Respect

That afternoon, the weather was very hot, and my daughter, who had just risen to grade six, and I were on the same side of the hall. I sat on the sofa reading while holding a book. She sat at the table doing her homework.
I felt thirsty and shouted, “Kejun!”
She looked up at me: “hmm?”
I said, “Pour me a glass of ice water, will you?”
She put down her pen and went into the kitchen without saying anything. Later on, she came out with a large glass of ice water.
I took it, took a few gulps, “gurgling” and put the cup on the small table. then I wandered into the book again. However, after reading two or three lines, I found my daughter standing like a fossil, motionless. I looked up at her suspiciously, and she said unambiguously: “mom, you always teach us to be polite, say thank you for big things and say thank you for small things.” But now, why do you not even say a thank you when I pour you water? ”
The water I drank was obviously cold, but it changed like magic in my body, burning my whole body so hot that even my face was burned red.

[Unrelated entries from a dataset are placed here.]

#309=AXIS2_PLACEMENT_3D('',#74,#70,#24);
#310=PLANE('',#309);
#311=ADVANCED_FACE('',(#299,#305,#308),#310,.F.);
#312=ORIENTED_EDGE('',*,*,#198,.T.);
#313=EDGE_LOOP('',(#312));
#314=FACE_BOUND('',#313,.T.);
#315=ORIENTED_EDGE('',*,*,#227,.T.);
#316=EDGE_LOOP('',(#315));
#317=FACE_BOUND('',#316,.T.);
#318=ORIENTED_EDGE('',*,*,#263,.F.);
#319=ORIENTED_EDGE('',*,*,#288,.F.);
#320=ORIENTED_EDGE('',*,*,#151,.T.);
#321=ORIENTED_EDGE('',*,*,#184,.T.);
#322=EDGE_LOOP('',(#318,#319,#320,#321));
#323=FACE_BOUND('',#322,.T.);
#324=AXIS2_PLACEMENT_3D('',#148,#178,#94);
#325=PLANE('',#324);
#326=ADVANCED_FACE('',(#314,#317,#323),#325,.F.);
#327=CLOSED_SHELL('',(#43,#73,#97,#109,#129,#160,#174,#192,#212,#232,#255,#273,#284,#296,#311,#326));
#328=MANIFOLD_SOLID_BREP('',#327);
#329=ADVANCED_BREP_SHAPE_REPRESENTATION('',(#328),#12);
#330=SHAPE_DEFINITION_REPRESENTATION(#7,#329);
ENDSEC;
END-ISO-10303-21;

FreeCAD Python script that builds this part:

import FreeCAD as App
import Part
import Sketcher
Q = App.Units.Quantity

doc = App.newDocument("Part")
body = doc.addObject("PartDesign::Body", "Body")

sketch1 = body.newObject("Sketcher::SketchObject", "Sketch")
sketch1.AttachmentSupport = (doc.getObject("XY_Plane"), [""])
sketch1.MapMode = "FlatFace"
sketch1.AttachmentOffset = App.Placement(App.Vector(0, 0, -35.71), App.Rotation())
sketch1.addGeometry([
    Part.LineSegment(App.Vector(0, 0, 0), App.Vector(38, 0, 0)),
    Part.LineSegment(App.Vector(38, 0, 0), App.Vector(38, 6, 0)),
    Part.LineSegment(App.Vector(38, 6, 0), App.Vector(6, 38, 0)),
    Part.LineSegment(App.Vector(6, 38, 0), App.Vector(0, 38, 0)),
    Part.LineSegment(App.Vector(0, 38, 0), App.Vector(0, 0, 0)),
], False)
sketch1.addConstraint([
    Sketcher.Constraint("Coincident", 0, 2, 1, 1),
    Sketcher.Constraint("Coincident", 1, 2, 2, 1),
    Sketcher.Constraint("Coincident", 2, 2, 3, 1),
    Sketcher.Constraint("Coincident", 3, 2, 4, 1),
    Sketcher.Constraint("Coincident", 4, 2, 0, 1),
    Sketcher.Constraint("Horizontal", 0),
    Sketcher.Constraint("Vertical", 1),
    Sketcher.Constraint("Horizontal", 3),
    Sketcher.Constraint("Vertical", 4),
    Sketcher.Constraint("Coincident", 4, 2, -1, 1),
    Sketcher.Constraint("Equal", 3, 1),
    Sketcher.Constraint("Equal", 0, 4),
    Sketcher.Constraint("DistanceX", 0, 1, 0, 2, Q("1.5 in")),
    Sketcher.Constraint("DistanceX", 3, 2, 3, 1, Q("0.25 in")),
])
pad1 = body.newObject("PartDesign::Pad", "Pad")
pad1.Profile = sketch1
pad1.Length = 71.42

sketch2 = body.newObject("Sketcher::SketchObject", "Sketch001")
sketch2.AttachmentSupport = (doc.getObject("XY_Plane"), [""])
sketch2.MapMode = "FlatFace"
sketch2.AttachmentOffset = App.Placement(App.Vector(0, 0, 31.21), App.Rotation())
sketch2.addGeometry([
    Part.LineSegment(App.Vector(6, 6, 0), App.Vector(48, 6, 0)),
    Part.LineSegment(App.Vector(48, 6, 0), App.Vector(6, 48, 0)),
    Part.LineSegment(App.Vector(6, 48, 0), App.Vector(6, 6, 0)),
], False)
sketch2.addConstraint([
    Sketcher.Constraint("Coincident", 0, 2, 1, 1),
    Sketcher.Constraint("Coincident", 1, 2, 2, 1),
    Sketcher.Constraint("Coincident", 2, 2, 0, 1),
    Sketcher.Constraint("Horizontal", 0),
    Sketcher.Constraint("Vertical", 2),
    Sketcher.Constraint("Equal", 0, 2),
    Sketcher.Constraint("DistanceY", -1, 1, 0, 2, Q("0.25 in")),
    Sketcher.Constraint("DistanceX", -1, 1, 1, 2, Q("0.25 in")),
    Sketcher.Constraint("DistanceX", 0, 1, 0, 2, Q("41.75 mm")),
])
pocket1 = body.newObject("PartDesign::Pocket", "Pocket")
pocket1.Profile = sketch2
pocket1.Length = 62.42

Ah, I only do what I say but not what I do. My words and deeds are different. When asked face to face by children, they really want to turn into a wind and fly away.
I am deeply ashamed of my double standards.
I will never forget to thank outsiders for their help, such as opening the door conveniently, answering the phone on my behalf, etc. but for my own children, I take everything for granted. the word “thank” is just like gold and is not easy to export. The daughter may have been “forbearing” for a long time, but when she could no longer bear it and refused to bear it again, she asked “questions”.
As a matter of fact, the most easily overlooked part for adults is that children also need respect. Subconsciously, we regard ourselves as their “rice team leader”. We always command them to run around and do things. Now, listen to these words:

“Hey, wash the dishes!”
“The floor is so dirty, it won’t be wiped!”
“Help me to buy ten eggs!”
“Move the old newspaper to the door!”
“What is the telephone number of that restaurant?”
“Change the battery for the wall clock!”
The child obediently cleaned the dishes, wiped the floor clean, bought no less than ten eggs, tied up the old newspaper and sent it back and forth to the gate several times, checked out the telephone number accurately and accurately, and made the old wall clock vigorous after changing the battery.
However, how many fathers or mothers will take the initiative to say “thank you” to their children sincerely?
The word “thank you” is actually the lubricant of life, which can make the relationship between family members better and more harmonious. It is also a fragrance in the living room, which can make life more fragrant.
In addition, there is another lubricant in life, which can turn war into peace and hostility into peace. The name of this lubricant is called “Sorry”.
I remember once, our family and in-laws went out for dinner together and filled a table with excitement. My daughter happily talked with her cousin about everything. I told my in-laws in detail as a gossip because I was not satisfied with something she did. Unexpectedly, in the noisy environment, the daughter with extremely sharp hearing listened to everything in her ears. She left the table quietly and did not come back for a long time. Later, I found her in the toilet. She said with rain, “This is our family business. Why do you want to tell others? Don’t you have to make it clear to me in person? ”
I knew I was wrong and immediately hugged her and said sorry to her.
While we are educating our children, they are also educating us.